ATM software runs on "switches." These are special-purpose computers similar to telephone switches (located in telephone company central offices). But ATM switches are able to handle various types of information (not just voice) over virtual connections to desired destinations-computers in other parts of the world, in another building, or the road, etc.
ATM achieves its high efficiency by using a fixed-length 53-byte "cell" instead of packets or frames of varying length, as in other networking solutions. The cell's predictable length and destination eliminates wasted time required for hardware and software to constantly check for packet or frame length and destination. ATM is also asynchronous (thus the name), which means that various data streams (data files, voice, etc.) share the transmission resource (fiber optic circuits, etc.) as needed.
This contrasts with traditional time-division multiplexing (TDM), or "synchronous transfer mode" (STM), which is used in most data-communication systems. STM allocates a predefined slice of time to each information stream-regardless of whether or not there's actual data to be sent at that moment. Not very efficient.
Another big plus with ATM is that it allows for establishing a "traffic contract" that specifies a "quality of service" (QoS) level for each type of information. For example, voice and video require a high-availability dedicated virtual channel to avoid annoying dropouts and delays. But for a file transfer, an as-available QoS channel is fine.

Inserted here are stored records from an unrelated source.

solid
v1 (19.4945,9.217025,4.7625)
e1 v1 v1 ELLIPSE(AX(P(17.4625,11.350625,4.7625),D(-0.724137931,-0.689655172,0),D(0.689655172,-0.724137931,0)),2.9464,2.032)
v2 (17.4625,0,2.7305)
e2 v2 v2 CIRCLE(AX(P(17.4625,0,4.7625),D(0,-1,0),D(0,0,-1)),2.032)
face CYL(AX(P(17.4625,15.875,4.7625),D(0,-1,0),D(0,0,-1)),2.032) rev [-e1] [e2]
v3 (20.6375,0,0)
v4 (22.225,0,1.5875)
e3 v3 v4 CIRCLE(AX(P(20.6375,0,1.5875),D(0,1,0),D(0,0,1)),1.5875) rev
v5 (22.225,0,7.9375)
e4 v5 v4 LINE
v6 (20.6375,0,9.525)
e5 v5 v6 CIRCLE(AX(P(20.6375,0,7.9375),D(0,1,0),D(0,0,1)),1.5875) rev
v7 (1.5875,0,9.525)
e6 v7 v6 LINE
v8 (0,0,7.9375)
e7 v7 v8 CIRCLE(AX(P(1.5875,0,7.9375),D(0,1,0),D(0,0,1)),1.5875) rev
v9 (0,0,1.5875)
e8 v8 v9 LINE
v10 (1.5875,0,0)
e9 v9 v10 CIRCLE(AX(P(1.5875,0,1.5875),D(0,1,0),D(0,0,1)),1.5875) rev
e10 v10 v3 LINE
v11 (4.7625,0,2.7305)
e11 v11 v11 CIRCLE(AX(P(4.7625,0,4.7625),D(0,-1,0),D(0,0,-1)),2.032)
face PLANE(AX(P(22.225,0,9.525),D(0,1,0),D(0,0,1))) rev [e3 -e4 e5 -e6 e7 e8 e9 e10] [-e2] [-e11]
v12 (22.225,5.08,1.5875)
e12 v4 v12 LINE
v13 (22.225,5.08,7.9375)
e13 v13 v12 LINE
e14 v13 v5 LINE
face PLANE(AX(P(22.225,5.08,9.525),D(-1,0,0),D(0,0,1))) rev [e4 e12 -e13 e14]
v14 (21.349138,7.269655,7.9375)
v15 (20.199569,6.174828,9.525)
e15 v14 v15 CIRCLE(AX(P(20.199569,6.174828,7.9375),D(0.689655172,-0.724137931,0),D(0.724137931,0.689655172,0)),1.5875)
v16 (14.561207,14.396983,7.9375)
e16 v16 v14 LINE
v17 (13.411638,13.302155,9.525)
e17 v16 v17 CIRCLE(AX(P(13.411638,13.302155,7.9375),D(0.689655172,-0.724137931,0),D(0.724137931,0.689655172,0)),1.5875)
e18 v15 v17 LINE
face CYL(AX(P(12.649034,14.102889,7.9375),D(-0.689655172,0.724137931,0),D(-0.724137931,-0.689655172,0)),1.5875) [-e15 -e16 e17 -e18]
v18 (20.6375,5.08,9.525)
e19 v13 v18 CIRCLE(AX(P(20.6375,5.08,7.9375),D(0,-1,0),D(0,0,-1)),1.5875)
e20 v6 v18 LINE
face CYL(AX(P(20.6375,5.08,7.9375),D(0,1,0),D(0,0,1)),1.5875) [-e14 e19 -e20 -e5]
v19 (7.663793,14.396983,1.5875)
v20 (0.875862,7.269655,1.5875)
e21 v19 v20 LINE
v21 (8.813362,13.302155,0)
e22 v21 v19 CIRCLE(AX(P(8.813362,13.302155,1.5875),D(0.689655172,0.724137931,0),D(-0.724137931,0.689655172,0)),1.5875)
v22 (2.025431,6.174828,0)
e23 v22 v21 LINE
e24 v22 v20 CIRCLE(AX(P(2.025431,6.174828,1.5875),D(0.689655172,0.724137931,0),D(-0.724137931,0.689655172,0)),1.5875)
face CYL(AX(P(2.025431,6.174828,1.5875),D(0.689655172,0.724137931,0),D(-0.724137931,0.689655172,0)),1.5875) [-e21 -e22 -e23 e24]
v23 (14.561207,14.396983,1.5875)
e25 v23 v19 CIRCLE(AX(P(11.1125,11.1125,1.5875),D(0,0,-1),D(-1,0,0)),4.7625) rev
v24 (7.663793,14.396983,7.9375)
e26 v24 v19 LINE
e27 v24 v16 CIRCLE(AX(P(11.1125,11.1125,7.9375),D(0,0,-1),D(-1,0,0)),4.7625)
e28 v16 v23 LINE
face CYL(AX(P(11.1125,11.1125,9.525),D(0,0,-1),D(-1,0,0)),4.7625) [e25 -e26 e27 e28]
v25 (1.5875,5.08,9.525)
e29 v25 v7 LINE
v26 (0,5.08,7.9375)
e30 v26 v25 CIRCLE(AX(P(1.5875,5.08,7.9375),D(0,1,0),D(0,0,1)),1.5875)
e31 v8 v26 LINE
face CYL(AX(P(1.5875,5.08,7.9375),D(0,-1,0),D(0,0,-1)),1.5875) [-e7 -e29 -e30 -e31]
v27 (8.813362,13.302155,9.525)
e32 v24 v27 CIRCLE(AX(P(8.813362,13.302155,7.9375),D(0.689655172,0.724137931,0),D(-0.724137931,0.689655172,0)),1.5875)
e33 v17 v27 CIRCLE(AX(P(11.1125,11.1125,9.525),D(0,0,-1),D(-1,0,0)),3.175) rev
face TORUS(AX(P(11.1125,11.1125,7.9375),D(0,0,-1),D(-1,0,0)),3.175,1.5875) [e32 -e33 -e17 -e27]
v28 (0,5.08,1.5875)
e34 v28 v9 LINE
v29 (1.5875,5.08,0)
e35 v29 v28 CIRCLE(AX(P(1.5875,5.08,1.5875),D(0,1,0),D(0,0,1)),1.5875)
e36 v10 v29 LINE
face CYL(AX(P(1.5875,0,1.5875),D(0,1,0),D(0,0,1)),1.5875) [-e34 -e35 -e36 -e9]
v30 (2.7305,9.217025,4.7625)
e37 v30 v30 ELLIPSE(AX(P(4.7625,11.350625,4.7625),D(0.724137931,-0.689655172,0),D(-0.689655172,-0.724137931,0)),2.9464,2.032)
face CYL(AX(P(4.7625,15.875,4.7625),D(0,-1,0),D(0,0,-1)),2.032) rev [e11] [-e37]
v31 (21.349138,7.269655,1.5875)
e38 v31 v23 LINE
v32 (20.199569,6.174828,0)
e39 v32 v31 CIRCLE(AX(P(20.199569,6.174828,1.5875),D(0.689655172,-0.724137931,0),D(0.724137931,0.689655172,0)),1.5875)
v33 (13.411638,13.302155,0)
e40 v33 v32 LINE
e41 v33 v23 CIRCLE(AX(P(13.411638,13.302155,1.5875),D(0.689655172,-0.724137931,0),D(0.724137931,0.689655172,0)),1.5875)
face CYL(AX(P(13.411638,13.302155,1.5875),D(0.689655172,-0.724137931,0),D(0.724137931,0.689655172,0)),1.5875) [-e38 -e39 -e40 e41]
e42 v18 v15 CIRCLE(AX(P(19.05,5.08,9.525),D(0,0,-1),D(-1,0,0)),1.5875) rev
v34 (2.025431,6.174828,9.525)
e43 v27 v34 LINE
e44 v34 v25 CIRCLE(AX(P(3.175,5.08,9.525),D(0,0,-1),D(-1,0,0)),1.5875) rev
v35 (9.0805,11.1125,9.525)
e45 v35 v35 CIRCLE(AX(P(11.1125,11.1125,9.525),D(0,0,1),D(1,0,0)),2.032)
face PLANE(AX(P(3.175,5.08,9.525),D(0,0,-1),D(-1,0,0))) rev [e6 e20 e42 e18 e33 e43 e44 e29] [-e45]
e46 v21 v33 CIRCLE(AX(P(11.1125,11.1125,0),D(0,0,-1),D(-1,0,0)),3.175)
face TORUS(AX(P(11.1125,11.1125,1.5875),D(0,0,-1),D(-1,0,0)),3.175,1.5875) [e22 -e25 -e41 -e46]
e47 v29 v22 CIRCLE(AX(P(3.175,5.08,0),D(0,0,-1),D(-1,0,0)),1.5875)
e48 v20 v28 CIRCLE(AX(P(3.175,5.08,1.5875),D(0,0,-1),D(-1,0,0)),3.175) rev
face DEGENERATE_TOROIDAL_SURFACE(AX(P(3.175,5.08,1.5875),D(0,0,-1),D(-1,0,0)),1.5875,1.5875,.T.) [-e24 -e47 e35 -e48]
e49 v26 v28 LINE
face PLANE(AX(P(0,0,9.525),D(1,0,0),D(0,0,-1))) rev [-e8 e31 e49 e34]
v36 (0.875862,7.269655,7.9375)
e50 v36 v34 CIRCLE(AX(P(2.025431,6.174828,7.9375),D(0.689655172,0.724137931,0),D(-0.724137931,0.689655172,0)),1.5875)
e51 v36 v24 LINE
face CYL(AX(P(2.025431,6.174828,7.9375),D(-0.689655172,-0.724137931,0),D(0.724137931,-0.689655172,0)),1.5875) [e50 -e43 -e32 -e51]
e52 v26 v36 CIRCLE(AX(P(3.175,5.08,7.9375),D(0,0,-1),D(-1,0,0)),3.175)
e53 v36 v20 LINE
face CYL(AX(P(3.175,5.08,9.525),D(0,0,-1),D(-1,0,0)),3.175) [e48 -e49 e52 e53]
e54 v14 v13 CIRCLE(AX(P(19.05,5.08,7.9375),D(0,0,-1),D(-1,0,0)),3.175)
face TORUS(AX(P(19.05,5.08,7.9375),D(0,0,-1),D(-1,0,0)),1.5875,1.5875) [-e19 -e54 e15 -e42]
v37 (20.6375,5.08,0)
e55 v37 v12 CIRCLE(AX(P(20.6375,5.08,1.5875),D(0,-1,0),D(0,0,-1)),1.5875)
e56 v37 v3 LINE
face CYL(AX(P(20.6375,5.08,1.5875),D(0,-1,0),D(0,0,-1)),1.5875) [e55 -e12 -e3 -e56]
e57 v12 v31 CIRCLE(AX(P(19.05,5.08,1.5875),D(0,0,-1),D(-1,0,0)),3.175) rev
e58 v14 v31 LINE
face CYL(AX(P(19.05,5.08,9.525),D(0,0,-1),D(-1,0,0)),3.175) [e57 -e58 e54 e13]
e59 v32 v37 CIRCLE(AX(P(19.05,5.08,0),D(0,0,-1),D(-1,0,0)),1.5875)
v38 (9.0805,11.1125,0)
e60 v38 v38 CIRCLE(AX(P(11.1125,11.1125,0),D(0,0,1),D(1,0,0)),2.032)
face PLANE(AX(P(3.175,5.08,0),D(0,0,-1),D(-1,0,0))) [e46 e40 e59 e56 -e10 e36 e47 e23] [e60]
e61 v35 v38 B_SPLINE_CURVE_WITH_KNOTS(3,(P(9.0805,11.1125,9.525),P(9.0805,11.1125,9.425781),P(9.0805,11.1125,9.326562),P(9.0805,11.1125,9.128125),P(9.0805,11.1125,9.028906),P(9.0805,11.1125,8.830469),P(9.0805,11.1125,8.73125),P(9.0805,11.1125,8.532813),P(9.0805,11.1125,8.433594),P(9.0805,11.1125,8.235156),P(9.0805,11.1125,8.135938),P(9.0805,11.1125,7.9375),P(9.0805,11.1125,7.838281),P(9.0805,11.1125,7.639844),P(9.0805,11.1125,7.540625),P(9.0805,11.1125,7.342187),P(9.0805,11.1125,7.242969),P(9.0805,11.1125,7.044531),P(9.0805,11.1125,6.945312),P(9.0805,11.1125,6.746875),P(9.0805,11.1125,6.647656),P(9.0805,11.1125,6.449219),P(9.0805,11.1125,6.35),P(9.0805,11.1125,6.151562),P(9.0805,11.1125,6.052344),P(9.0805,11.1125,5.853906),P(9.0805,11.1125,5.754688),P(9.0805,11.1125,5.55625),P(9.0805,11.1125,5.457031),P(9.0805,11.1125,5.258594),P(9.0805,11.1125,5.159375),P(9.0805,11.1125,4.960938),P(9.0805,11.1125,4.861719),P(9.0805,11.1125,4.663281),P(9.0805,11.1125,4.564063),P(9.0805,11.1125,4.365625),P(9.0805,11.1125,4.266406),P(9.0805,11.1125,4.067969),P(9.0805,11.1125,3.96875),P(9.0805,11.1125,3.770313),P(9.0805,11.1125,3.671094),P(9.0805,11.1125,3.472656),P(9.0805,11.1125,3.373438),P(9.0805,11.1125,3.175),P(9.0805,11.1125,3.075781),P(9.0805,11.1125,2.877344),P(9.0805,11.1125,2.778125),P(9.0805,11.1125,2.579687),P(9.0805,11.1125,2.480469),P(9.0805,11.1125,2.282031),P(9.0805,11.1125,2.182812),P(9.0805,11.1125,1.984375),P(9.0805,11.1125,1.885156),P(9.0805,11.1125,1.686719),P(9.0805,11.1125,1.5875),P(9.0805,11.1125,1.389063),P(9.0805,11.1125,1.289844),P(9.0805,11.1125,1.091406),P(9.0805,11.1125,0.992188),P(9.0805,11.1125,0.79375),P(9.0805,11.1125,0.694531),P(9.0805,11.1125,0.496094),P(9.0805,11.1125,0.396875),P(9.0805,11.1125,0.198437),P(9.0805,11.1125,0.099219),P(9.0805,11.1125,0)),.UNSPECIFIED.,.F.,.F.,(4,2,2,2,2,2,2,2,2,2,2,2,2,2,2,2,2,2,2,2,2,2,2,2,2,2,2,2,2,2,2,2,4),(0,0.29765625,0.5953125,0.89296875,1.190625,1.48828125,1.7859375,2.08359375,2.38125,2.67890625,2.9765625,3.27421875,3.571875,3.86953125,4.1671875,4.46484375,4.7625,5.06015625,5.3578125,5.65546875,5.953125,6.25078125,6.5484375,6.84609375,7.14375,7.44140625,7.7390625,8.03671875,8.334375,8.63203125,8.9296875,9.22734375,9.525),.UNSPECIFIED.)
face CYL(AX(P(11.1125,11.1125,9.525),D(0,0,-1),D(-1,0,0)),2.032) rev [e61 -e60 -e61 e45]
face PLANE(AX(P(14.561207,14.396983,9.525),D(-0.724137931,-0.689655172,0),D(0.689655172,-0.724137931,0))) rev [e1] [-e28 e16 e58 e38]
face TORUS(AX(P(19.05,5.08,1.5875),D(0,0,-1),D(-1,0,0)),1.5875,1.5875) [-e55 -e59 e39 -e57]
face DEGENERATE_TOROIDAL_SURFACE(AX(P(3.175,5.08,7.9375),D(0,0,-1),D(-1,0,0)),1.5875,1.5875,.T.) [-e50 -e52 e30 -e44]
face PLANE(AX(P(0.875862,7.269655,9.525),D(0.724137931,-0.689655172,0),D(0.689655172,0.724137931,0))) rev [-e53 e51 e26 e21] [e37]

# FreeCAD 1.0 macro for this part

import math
import FreeCAD as App
import Part
import Sketcher
Q = App.Units.Quantity


def edges_at(feature, points):
    """Names of the edges that pass closest to the given points."""
    edges = feature.Shape.Edges
    near = lambda p: min(range(len(edges)), key=lambda i: edges[i].distToShape(Part.Vertex(*p))[0])
    return sorted({f"Edge{near(p) + 1}" for p in points})

doc = App.newDocument("Part")
body = doc.addObject("PartDesign::Body", "Body")

# Sketch on XY plane
sketch1 = doc.addObject("Sketcher::SketchObject", "Sketch")
body.addObject(sketch1)
sketch1.AttachmentSupport = (doc.XY_Plane, [""])
sketch1.MapMode = "FlatFace"
sketch1.addGeometry([
    Part.LineSegment(App.Vector(0, 5.1, 0), App.Vector(0, 0, 0)),  # 0
    Part.LineSegment(App.Vector(0, 0, 0), App.Vector(22.2, 0, 0)),  # 1
    Part.LineSegment(App.Vector(22.2, 0, 0), App.Vector(22.2, 5.1, 0)),  # 2
    Part.ArcOfCircle(Part.Circle(App.Vector(19.1, 5.1, 0), App.Vector(0, 0, 1), 3.2), math.radians(0), math.radians(44)),  # 3
    Part.LineSegment(App.Vector(21.3, 7.3, 0), App.Vector(14.6, 14.4, 0)),  # 4
    Part.ArcOfCircle(Part.Circle(App.Vector(11.1, 11.1, 0), App.Vector(0, 0, 1), 4.8), math.radians(44), math.radians(136)),  # 5
    Part.LineSegment(App.Vector(7.7, 14.4, 0), App.Vector(0.9, 7.3, 0)),  # 6
    Part.ArcOfCircle(Part.Circle(App.Vector(3.2, 5.1, 0), App.Vector(0, 0, 1), 3.2), math.radians(136), math.radians(180)),  # 7
    Part.Circle(App.Vector(11.1, 11.1, 0), App.Vector(0, 0, 1), 2),  # 8
], False)
sketch1.addConstraint([
    Sketcher.Constraint("Coincident", 0, 2, 1, 1),
    Sketcher.Constraint("Coincident", 1, 2, 2, 1),
    Sketcher.Constraint("Tangent", 2, 2, 3, 1),
    Sketcher.Constraint("Tangent", 3, 2, 4, 1),
    Sketcher.Constraint("Tangent", 4, 2, 5, 1),
    Sketcher.Constraint("Tangent", 5, 2, 6, 1),
    Sketcher.Constraint("Tangent", 6, 2, 7, 1),
    Sketcher.Constraint("Tangent", 7, 2, 0, 1),
    Sketcher.Constraint("Vertical", 0),
    Sketcher.Constraint("Horizontal", 1),
    Sketcher.Constraint("Vertical", 2),
    Sketcher.Constraint("Coincident", 0, 2, -1, 1),
    Sketcher.Constraint("Coincident", 8, 3, 5, 3),
    Sketcher.Constraint("Equal", 3, 7),
    Sketcher.Constraint("Horizontal", 3, 3, 7, 3),
    Sketcher.Constraint("Horizontal", 4, 2, 5, 2),
    Sketcher.Constraint("Diameter", 8, Q("0.16 in")),
    Sketcher.Constraint("DistanceY", 0, 2, 0, 1, Q("0.2 in")),
    Sketcher.Constraint("Radius", 3, Q("0.125 in")),
    Sketcher.Constraint("Radius", 5, Q("0.1875 in")),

ATM was originally hyped by vendors as an end-to-end solution right down to the desktop, but most experts now believe that ATM's overhead and complexity limit it to WANs and large campus (multiple-building) networks transmitting a variety of types of information.
The Internet works in a manner diametrically opposite to ATM. ATM virtual circuits are "connection-oriented" (every cell in a session is transmitted over a predefined, fixed route). TCP/IP, the Internet protocol, on the other hand, is "connectionless"-routers forward data packets over various unpredictable paths (depending on circuit loading) to the destination, where they are temporarily stored and reassembled into the original information.
This process is very effective for routing around problem circuits, but it's often painfully slow and inefficient, with unpredictable quality of service, as anyone who has tried to talk over the Internet or listened to a RealAudio program quickly discovers.
What about sending IP (Internet protocol) information over ATM? This has been possible for some time now. But new techniques, such as Cisco's tag switching, use instructions in the cell header that allow IP information to be efficiently sent via ATM channels.
The combination of IP and ATM gives users the best of both worlds: compatibility with the Internet while offering ATM's high-efficiency transmission and specified quality of service for hot new services like voice over IP, video over IP, and virtual private networks.